When I go to blog.james..., I first get a 301 moved permanently, and then journal.james... loads, but it returns a 304 not modified, even if i then reload the page.
Only when I fully sumbit the URL again in the URL-bar, it responds with a 200.
Maybe crawling also returns a 304, and Google won't index that?
Maybe prompt: "why would a 301 redirect lead to a 304 not modified instead of a 200 ok?", "would this 'break' Google's crawler?"
> When Google's crawler follows the 301 to the new URL and receives a 304, it gets no content body.
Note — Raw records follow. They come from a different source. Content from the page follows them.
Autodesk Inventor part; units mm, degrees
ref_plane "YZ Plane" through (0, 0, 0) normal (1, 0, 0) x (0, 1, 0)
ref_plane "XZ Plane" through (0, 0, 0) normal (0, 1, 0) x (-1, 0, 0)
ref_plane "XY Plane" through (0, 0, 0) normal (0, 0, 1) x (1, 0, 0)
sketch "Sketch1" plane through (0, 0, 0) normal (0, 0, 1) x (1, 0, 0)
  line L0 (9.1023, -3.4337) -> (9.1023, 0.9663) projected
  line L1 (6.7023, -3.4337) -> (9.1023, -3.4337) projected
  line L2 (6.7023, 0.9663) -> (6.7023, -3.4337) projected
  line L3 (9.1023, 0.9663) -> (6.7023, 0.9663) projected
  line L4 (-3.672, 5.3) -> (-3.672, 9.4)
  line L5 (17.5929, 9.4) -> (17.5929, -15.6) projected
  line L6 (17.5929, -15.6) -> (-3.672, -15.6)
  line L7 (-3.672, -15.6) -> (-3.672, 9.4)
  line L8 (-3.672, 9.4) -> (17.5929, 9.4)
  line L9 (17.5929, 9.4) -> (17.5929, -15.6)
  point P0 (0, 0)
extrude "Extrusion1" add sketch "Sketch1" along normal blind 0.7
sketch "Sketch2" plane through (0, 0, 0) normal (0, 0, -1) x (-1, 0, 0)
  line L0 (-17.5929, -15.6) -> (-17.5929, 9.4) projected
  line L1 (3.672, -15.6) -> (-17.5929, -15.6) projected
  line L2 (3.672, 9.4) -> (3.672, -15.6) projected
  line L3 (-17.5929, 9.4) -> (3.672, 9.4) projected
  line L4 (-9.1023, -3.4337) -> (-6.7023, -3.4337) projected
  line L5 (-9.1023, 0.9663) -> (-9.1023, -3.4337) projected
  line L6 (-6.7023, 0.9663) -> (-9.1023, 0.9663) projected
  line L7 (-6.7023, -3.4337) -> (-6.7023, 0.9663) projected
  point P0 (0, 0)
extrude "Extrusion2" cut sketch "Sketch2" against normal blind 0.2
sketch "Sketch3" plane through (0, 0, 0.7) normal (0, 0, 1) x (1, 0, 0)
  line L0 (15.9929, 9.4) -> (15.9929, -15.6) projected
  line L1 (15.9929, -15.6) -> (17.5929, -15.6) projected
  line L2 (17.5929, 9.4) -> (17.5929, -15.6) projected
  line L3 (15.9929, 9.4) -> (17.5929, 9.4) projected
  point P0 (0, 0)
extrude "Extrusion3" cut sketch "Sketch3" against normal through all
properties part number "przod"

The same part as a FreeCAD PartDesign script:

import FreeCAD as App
import Part
import Sketcher

V = App.Vector


def add_polygon(sketch, points):
    """Adds a closed chain of lines whose ends are joined by coincident constraints."""
    first, n = sketch.GeometryCount, len(points)
    for a, b in zip(points, points[1:] + points[:1]):
        sketch.addGeometry(Part.LineSegment(App.Vector(*a, 0), App.Vector(*b, 0)), False)
    for i in range(n):
        sketch.addConstraint(Sketcher.Constraint("Coincident", first + i, 2, first + (i + 1) % n, 1))

doc = App.newDocument("Part")
params = doc.addObject("Spreadsheet::Sheet", "Params")
for row, (alias, value) in enumerate([
    ("sketch1_height", "25 mm"),
    ("sketch1_width", "2.4 mm"),
    ("sketch1_height2", "4.4 mm"),
    ("pad1_length", "0.7 mm"),
    ("sketch2_height", "25 mm"),
    ("sketch2_width", "2.4 mm"),
    ("sketch2_height2", "4.4 mm"),
    ("pocket1_length", "0.2 mm"),
    ("sketch3_height", "25 mm"),
    ("sketch3_width", "1.6 mm"),
], start=1):
    params.set(f"A{row}", alias)
    params.set(f"B{row}", "=" + value)
    params.setAlias(f"B{row}", alias)

body = doc.addObject("PartDesign::Body", "Body")

# Sketch on XY plane
sketch1 = doc.addObject("Sketcher::SketchObject", "Sketch")
body.addObject(sketch1)
sketch1.AttachmentSupport = (doc.XY_Plane, [""])
sketch1.MapMode = "FlatFace"
add_polygon(sketch1, [(-3.7, 9.4), (-3.7, -15.6), (17.6, -15.6), (17.6, 9.4)])  # lines 0-3
add_polygon(sketch1, [(9.1, 1), (9.1, -3.4), (6.7, -3.4), (6.7, 1)])  # lines 4-7
sketch1.addConstraint(Sketcher.Constraint("Vertical", 0))
sketch1.addConstraint(Sketcher.Constraint("Horizontal", 1))
sketch1.addConstraint(Sketcher.Constraint("Vertical", 2))
sketch1.addConstraint(Sketcher.Constraint("Horizontal", 3))
sketch1.addConstraint(Sketcher.Constraint("Vertical", 4))
sketch1.addConstraint(Sketcher.Constraint("Horizontal", 5))
sketch1.addConstraint(Sketcher.Constraint("Vertical", 6))
sketch1.addConstraint(Sketcher.Constraint("Horizontal", 7))
sketch1.addConstraint(Sketcher.Constraint("DistanceY", 0, 2, 0, 1, 25.0))
sketch1.addConstraint(Sketcher.Constraint("DistanceX", 5, 2, 5, 1, 2.4))
sketch1.addConstraint(Sketcher.Constraint("DistanceY", 4, 2, 4, 1, 4.4))
sketch1.addConstraint(Sketcher.Constraint("DistanceY", 0, 2, -1, 1, 15.6))
sketch1.addConstraint(Sketcher.Constraint("DistanceX", 1, 1, 1, 2, 21.265))
sketch1.addConstraint(Sketcher.Constraint("DistanceX", 0, 2, -1, 1, 3.672))
sketch1.addConstraint(Sketcher.Constraint("DistanceX", -1, 1, 4, 2, 9.1023))
sketch1.addConstraint(Sketcher.Constraint("DistanceY", 4, 2, -1, 1, 3.4337))
sketch1.setExpression("Constraints[16]", "Params.sketch1_height")
sketch1.setExpression("Constraints[17]", "Params.sketch1_width")
sketch1.setExpression("Constraints[18]", "Params.sketch1_height2")
pad1 = doc.addObject("PartDesign::Pad", "Pad")
body.addObject(pad1)
pad1.Profile = sketch1
pad1.setExpression("Length", "Params.pad1_length")

# Sketch on XY plane
sketch2 = doc.addObject("Sketcher::SketchObject", "Sketch001")
body.addObject(sketch2)
sketch2.AttachmentSupport = (doc.XY_Plane, [""])
sketch2.MapMode = "FlatFace"
add_polygon(sketch2, [(17.6, 9.4), (17.6, -15.6), (-3.7, -15.6), (-3.7, 9.4)])  # lines 0-3
add_polygon(sketch2, [(6.7, -3.4), (9.1, -3.4), (9.1, 1), (6.7, 1)])  # lines 4-7
sketch2.addConstraint(Sketcher.Constraint("Vertical", 0))
sketch2.addConstraint(Sketcher.Constraint("Horizontal", 1))
sketch2.addConstraint(Sketcher.Constraint("Vertical", 2))
sketch2.addConstraint(Sketcher.Constraint("Horizontal", 3))
sketch2.addConstraint(Sketcher.Constraint("Horizontal", 4))
sketch2.addConstraint(Sketcher.Constraint("Vertical", 5))
sketch2.addConstraint(Sketcher.Constraint("Horizontal", 6))
sketch2.addConstraint(Sketcher.Constraint("Vertical", 7))
sketch2.addConstraint(Sketcher.Constraint("DistanceY", 0, 2, 0, 1, 25.0))
sketch2.addConstraint(Sketcher.Constraint("DistanceX", 4, 1, 4, 2, 2.4))
sketch2.addConstraint(Sketcher.Constraint("DistanceY", 5, 1, 5, 2, 4.4))
sketch2.addConstraint(Sketcher.Constraint("DistanceY", 0, 2, -1, 1, 15.6))
sketch2.addConstraint(Sketcher.Constraint("DistanceX", 1, 2, 1, 1, 21.265))
sketch2.addConstraint(Sketcher.Constraint("DistanceX", -1, 1, 0, 2, 17.593))
sketch2.addConstraint(Sketcher.Constraint("DistanceX", -1, 1, 4, 2, 9.1023))
sketch2.addConstraint(Sketcher.Constraint("DistanceY", 4, 2, -1, 1, 3.4337))
sketch2.setExpression("Constraints[16]", "Params.sketch2_height")
sketch2.setExpression("Constraints[17]", "Params.sketch2_width")
sketch2.setExpression("Constraints[18]", "Params.sketch2_height2")
pocket1 = doc.addObject("PartDesign::Pocket", "Pocket")
body.addObject(pocket1)
pocket1.Profile = sketch2
pocket1.setExpression("Length", "Params.pocket1_length")
pocket1.Reversed = True

# Sketch on XY plane
sketch3 = doc.addObject("Sketcher::SketchObject", "Sketch002")
body.addObject(sketch3)
sketch3.AttachmentSupport = (doc.XY_Plane, [""])
sketch3.MapMode = "FlatFace"
sketch3.AttachmentOffset = App.Placement(V(0, 0, 0.7), App.Rotation())
add_polygon(sketch3, [(17.6, 9.4), (16, 9.4), (16, -15.6), (17.6, -15.6)])  # lines 0-3
sketch3.addConstraint(Sketcher.Constraint("Horizontal", 0))
sketch3.addConstraint(Sketcher.Constraint("Vertical", 1))
sketch3.addConstraint(Sketcher.Constraint("Horizontal", 2))
sketch3.addConstraint(Sketcher.Constraint("Vertical", 3))
sketch3.addConstraint(Sketcher.Constraint("DistanceY", 1, 2, 1, 1, 25.0))
sketch3.addConstraint(Sketcher.Constraint("DistanceX", 0, 2, 0, 1, 1.6))
sketch3.addConstraint(Sketcher.Constraint("DistanceY", -1, 1, 0, 2, 9.4))
sketch3.addConstraint(Sketcher.Constraint("DistanceX", -1, 1, 0, 2, 15.993))
sketch3.setExpression("Constraints[8]", "Params.sketch3_height")
sketch3.setExpression("Constraints[9]", "Params.sketch3_width")
pocket2 = doc.addObject("PartDesign::Pocket", "Pocket001")
body.addObject(pocket2)
pocket2.Profile = sketch3
pocket2.Type = "ThroughAll"

doc.recompute()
The 304 response basically says "use what you cached"—but the crawler's cache might be empty or stale for that specific URL location, leaving Google with nothing to index.
You get a 304 because your browser tells the server what it has cached, and the server says "nothing changed, use that". In browsers you can bypass the cache by using Ctrl-F5, or in the developer tools you can usually disable caching while they're open. Doing so shows that the server is doing the right thing.
Your LLM prompt and response are worthless.
When Chrome serves a cached page, like when you click a on this page and then navitate back or hit F5, it shows it like this:
Request URL: https://news.ycombinator.com/item?id=46196076
Request Method: GET
Status Code: 200 OK (from disk cache)
I just thought that it would be worthwhile investigating in that direction.
That's a different situation. The browser decides what to do depending on the situation and what was communicated about caching. Sometimes it sends a request to the server along with information about what it already has. Then it can get back a 304. Other times it already knows the cached data is fine, so it doesn't send a request to the server in the first place. The developer tools show this as a cached 200.
Got it, thanks for explaining.
Has anyone noticed that the response for the blog page has a header: "x-robots-tag: noindex, nofollow"? What's the purpose of this header on a content page?
UPD: Sorry, never mind, I inspected a wrong response.
I don't see it. With Chrome devtools, for the posted URL I see X-Clacks-Overhead, X-Content-Type-Options, and X-Frame-Options. No X-Robots-Rag.
And no <meta name="robots"> in the HTML either.
What URL are you seeing that on? And what tool are you using to detect that?
Edit: cURL similarly shows no such header for me:
Sorry. I am an idiot. Checked the wrong url. Please ignore.
> Second, the issue couldn’t be the quality or the quantity of the content. I came across some other pretty barebones Bear blogs that don’t have much content, and looked them up on Google, and they showed up in the results just fine. An example:
Suggestion: Remember that many large companies are emergently shitty, with shitty processes, and individuals motivated to act in shitty ways.
When a company is so powerful, this might be a time to think about solidarity.
When you're feeling an unexplained injustice from them, sometimes saying "but you let X do it" could just throw X under the bus.
Whether because a fickle process or petty actor simply missed X before, or because now they have new reason to double down and also punish the others (to CYA consistency, or, if petty, to assert their power now that you've questioned it).